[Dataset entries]

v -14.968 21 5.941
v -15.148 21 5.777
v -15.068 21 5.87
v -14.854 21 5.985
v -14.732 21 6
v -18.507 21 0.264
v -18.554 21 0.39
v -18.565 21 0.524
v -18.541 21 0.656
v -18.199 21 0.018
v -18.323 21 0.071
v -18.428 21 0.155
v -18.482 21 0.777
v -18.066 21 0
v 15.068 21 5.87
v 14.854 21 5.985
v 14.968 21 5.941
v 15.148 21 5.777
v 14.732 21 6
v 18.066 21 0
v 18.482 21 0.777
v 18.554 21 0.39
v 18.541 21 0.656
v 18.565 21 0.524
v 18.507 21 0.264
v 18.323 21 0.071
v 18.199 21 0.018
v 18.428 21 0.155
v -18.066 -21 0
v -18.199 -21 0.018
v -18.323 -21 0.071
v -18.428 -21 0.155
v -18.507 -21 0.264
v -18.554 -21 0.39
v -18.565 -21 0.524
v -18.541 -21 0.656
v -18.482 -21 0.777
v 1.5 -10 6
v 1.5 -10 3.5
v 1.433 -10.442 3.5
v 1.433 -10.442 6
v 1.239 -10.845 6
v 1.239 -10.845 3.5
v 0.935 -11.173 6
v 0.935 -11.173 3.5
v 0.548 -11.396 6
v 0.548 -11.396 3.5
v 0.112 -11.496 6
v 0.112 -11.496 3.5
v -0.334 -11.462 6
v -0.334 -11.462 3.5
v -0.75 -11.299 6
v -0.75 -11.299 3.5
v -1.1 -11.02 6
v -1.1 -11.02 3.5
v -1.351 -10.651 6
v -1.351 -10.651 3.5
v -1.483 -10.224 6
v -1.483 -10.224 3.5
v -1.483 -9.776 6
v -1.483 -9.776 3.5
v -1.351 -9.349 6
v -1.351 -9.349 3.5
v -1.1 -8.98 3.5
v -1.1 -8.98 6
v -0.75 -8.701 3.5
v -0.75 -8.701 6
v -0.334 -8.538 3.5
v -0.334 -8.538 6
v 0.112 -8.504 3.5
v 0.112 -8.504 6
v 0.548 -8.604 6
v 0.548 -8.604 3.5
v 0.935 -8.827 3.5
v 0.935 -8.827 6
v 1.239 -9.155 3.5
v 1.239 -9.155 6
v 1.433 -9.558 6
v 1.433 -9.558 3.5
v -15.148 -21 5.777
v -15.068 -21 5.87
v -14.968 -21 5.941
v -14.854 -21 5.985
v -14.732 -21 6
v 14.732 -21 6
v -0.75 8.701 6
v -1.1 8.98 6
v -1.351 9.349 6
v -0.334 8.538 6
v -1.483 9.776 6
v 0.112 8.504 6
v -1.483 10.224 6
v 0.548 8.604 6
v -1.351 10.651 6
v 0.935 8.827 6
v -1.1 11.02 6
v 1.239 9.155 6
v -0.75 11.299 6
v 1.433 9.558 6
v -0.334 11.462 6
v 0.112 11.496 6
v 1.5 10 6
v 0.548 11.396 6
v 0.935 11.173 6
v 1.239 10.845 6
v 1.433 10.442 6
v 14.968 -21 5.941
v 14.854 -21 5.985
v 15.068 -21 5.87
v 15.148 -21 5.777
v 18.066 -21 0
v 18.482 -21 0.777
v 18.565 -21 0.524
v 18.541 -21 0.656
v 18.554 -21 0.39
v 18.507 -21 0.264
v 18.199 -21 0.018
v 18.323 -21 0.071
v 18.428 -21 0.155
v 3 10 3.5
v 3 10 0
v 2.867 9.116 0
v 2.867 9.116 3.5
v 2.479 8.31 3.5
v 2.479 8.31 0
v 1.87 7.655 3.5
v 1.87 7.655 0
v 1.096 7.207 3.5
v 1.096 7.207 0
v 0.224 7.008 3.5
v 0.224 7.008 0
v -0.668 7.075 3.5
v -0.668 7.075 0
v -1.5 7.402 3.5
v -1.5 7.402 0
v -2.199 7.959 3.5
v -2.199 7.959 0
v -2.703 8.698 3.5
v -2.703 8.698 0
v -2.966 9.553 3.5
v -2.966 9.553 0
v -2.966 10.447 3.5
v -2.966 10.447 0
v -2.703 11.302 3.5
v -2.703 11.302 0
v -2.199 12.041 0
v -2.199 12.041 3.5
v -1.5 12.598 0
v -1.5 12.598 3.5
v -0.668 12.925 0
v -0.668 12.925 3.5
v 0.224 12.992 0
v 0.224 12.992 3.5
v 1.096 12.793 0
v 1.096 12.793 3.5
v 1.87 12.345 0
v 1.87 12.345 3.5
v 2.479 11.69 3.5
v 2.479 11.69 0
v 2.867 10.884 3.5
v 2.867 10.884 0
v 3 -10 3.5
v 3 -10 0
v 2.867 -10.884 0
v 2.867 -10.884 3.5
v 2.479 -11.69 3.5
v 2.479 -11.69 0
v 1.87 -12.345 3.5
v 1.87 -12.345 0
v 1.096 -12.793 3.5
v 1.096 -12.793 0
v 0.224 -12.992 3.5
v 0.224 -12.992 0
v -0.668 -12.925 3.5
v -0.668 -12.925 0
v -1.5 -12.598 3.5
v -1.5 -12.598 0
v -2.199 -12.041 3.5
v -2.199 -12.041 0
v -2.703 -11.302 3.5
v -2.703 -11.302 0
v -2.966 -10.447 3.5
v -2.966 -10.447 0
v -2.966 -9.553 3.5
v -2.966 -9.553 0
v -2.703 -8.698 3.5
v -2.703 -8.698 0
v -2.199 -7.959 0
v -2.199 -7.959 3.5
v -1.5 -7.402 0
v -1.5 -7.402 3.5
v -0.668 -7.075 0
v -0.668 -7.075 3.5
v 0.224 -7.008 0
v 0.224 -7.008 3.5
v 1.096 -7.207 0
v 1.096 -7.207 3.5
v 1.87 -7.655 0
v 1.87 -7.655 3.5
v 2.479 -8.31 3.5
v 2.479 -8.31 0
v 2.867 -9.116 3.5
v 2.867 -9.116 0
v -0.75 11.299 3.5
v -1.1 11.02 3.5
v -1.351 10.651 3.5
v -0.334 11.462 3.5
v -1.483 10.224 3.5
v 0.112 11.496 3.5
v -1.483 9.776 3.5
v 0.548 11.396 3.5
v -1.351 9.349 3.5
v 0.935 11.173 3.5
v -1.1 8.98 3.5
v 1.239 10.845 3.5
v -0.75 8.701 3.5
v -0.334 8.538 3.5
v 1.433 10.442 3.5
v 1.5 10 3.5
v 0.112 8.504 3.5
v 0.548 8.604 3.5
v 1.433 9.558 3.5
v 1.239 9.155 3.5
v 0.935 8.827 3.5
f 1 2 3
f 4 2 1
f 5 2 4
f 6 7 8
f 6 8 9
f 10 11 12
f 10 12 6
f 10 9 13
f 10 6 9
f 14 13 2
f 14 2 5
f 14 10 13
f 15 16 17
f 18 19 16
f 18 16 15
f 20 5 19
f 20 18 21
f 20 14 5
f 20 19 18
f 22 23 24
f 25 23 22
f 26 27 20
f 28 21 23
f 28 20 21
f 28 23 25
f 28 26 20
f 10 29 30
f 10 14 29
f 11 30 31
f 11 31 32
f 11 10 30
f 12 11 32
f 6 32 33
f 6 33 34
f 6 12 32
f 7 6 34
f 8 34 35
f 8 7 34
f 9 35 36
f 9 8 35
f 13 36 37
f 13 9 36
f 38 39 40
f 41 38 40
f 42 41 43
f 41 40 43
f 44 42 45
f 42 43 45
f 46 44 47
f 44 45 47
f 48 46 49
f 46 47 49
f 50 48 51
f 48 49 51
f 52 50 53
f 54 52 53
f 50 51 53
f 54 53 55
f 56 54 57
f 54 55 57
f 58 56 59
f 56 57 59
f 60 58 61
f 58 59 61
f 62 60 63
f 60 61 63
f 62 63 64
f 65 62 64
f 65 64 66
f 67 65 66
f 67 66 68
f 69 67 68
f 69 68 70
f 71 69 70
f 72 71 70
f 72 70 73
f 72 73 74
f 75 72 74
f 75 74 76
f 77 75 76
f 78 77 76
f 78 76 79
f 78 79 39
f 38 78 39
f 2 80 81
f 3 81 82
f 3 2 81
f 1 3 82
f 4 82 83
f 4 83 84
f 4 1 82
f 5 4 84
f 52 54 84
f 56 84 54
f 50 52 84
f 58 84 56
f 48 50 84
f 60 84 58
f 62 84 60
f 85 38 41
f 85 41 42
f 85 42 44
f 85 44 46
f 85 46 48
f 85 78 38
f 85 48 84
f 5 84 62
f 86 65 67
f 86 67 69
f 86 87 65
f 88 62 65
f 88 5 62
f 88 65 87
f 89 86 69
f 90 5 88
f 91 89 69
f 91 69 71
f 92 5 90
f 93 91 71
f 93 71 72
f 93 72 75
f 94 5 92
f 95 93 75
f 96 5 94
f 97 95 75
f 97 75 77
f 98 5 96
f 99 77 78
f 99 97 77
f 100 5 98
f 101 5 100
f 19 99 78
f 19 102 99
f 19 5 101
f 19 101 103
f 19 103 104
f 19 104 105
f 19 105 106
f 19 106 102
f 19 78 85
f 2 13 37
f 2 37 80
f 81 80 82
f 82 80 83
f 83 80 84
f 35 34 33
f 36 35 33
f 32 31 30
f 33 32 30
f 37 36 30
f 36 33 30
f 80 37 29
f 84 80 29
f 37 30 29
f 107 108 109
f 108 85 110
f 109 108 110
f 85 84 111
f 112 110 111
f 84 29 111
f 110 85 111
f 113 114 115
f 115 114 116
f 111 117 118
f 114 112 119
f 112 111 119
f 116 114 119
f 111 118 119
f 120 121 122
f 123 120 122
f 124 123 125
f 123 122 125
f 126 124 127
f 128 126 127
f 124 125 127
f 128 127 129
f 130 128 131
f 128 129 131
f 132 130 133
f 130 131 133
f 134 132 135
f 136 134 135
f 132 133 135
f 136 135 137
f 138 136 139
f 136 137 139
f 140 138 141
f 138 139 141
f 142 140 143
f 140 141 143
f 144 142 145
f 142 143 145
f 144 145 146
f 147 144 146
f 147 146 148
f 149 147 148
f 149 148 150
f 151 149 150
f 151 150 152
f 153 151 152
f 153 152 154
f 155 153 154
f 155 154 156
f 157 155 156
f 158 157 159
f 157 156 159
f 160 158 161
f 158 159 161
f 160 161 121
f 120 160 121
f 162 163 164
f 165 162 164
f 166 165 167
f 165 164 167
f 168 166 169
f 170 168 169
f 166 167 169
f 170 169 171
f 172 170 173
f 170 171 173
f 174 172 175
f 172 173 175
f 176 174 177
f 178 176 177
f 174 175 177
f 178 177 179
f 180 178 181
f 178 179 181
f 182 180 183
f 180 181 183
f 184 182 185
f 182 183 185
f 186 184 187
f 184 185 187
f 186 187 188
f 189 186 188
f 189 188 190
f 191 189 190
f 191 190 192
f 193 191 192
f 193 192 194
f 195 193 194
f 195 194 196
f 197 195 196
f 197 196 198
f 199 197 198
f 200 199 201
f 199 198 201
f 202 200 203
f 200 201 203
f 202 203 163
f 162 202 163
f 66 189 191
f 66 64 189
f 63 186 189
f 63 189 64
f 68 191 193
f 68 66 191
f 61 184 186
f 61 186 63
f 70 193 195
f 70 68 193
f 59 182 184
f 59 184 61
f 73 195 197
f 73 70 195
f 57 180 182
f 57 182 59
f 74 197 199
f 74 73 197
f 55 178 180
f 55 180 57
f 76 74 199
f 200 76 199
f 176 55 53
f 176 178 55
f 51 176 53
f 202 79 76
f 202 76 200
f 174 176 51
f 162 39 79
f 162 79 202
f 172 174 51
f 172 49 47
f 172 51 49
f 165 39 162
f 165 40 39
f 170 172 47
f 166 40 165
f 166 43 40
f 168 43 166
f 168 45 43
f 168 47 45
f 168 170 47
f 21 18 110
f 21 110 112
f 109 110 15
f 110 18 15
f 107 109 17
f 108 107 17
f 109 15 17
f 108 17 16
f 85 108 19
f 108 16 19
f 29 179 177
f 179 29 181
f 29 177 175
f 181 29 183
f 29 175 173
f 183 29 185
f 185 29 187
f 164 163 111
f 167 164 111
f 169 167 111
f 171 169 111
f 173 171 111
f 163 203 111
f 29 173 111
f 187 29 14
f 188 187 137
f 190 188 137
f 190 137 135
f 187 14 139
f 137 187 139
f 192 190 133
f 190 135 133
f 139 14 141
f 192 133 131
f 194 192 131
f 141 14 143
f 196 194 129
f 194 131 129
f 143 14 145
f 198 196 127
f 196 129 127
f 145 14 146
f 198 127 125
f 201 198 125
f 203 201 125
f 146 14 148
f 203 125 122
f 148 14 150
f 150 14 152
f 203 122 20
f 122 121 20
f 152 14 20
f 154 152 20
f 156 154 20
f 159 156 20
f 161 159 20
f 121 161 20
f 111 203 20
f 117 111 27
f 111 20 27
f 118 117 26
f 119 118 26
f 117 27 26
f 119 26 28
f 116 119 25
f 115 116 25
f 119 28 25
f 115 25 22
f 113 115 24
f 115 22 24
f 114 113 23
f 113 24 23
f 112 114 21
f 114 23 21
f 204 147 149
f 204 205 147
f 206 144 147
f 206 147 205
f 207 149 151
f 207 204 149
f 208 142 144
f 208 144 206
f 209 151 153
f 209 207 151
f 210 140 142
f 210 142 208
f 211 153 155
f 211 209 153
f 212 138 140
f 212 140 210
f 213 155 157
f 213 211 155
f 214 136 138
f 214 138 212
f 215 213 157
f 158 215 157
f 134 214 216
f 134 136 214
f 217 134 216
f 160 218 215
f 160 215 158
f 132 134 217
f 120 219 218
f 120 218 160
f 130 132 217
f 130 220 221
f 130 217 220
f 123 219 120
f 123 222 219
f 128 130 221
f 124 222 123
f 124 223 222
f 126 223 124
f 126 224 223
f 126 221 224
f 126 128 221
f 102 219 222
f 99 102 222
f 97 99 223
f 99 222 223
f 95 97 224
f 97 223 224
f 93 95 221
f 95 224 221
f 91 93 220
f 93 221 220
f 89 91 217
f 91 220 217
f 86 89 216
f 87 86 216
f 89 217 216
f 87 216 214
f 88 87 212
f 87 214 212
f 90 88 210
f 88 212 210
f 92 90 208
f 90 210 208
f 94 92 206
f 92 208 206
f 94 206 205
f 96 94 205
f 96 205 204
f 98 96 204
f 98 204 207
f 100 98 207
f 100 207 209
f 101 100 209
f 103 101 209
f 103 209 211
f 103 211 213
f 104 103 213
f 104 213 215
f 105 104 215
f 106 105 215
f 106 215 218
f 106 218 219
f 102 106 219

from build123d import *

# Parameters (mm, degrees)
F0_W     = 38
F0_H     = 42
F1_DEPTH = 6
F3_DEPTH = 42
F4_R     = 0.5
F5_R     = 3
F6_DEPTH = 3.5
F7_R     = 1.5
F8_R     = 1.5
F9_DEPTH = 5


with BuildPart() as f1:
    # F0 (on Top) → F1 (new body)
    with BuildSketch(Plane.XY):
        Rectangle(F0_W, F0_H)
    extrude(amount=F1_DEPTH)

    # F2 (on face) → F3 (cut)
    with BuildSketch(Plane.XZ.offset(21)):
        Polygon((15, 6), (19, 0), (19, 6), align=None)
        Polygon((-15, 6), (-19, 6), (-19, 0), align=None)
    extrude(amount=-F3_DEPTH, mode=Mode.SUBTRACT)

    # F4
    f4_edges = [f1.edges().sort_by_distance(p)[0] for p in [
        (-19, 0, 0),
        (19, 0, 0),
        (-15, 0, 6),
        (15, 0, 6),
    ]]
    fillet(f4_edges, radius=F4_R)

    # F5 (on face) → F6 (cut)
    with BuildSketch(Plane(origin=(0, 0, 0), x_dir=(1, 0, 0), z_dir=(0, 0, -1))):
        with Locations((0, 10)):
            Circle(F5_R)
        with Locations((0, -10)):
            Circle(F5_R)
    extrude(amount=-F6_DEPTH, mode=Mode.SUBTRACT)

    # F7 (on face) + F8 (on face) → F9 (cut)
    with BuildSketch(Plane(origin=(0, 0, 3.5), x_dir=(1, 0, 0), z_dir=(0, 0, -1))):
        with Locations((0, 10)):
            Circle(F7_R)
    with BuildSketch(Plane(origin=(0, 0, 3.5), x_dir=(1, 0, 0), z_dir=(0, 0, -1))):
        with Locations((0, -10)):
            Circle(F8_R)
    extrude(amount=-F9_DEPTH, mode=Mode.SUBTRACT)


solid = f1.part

- _WHAT IS EXPECTED_:
The entries above hold a line with "v 0.224 7.008 3.5" and a later line with "v 1.87 -12.345 3.5". Write out exactly those lines and all lines between, nothing more.

- _COMPLETED TASK_:
v 0.224 7.008 3.5
v 0.224 7.008 0
v -0.668 7.075 3.5
v -0.668 7.075 0
v -1.5 7.402 3.5
v -1.5 7.402 0
v -2.199 7.959 3.5
v -2.199 7.959 0
v -2.703 8.698 3.5
v -2.703 8.698 0
v -2.966 9.553 3.5
v -2.966 9.553 0
v -2.966 10.447 3.5
v -2.966 10.447 0
v -2.703 11.302 3.5
v -2.703 11.302 0
v -2.199 12.041 0
v -2.199 12.041 3.5
v -1.5 12.598 0
v -1.5 12.598 3.5
v -0.668 12.925 0
v -0.668 12.925 3.5
v 0.224 12.992 0
v 0.224 12.992 3.5
v 1.096 12.793 0
v 1.096 12.793 3.5
v 1.87 12.345 0
v 1.87 12.345 3.5
v 2.479 11.69 3.5
v 2.479 11.69 0
v 2.867 10.884 3.5
v 2.867 10.884 0
v 3 -10 3.5
v 3 -10 0
v 2.867 -10.884 0
v 2.867 -10.884 3.5
v 2.479 -11.69 3.5
v 2.479 -11.69 0
v 1.87 -12.345 3.5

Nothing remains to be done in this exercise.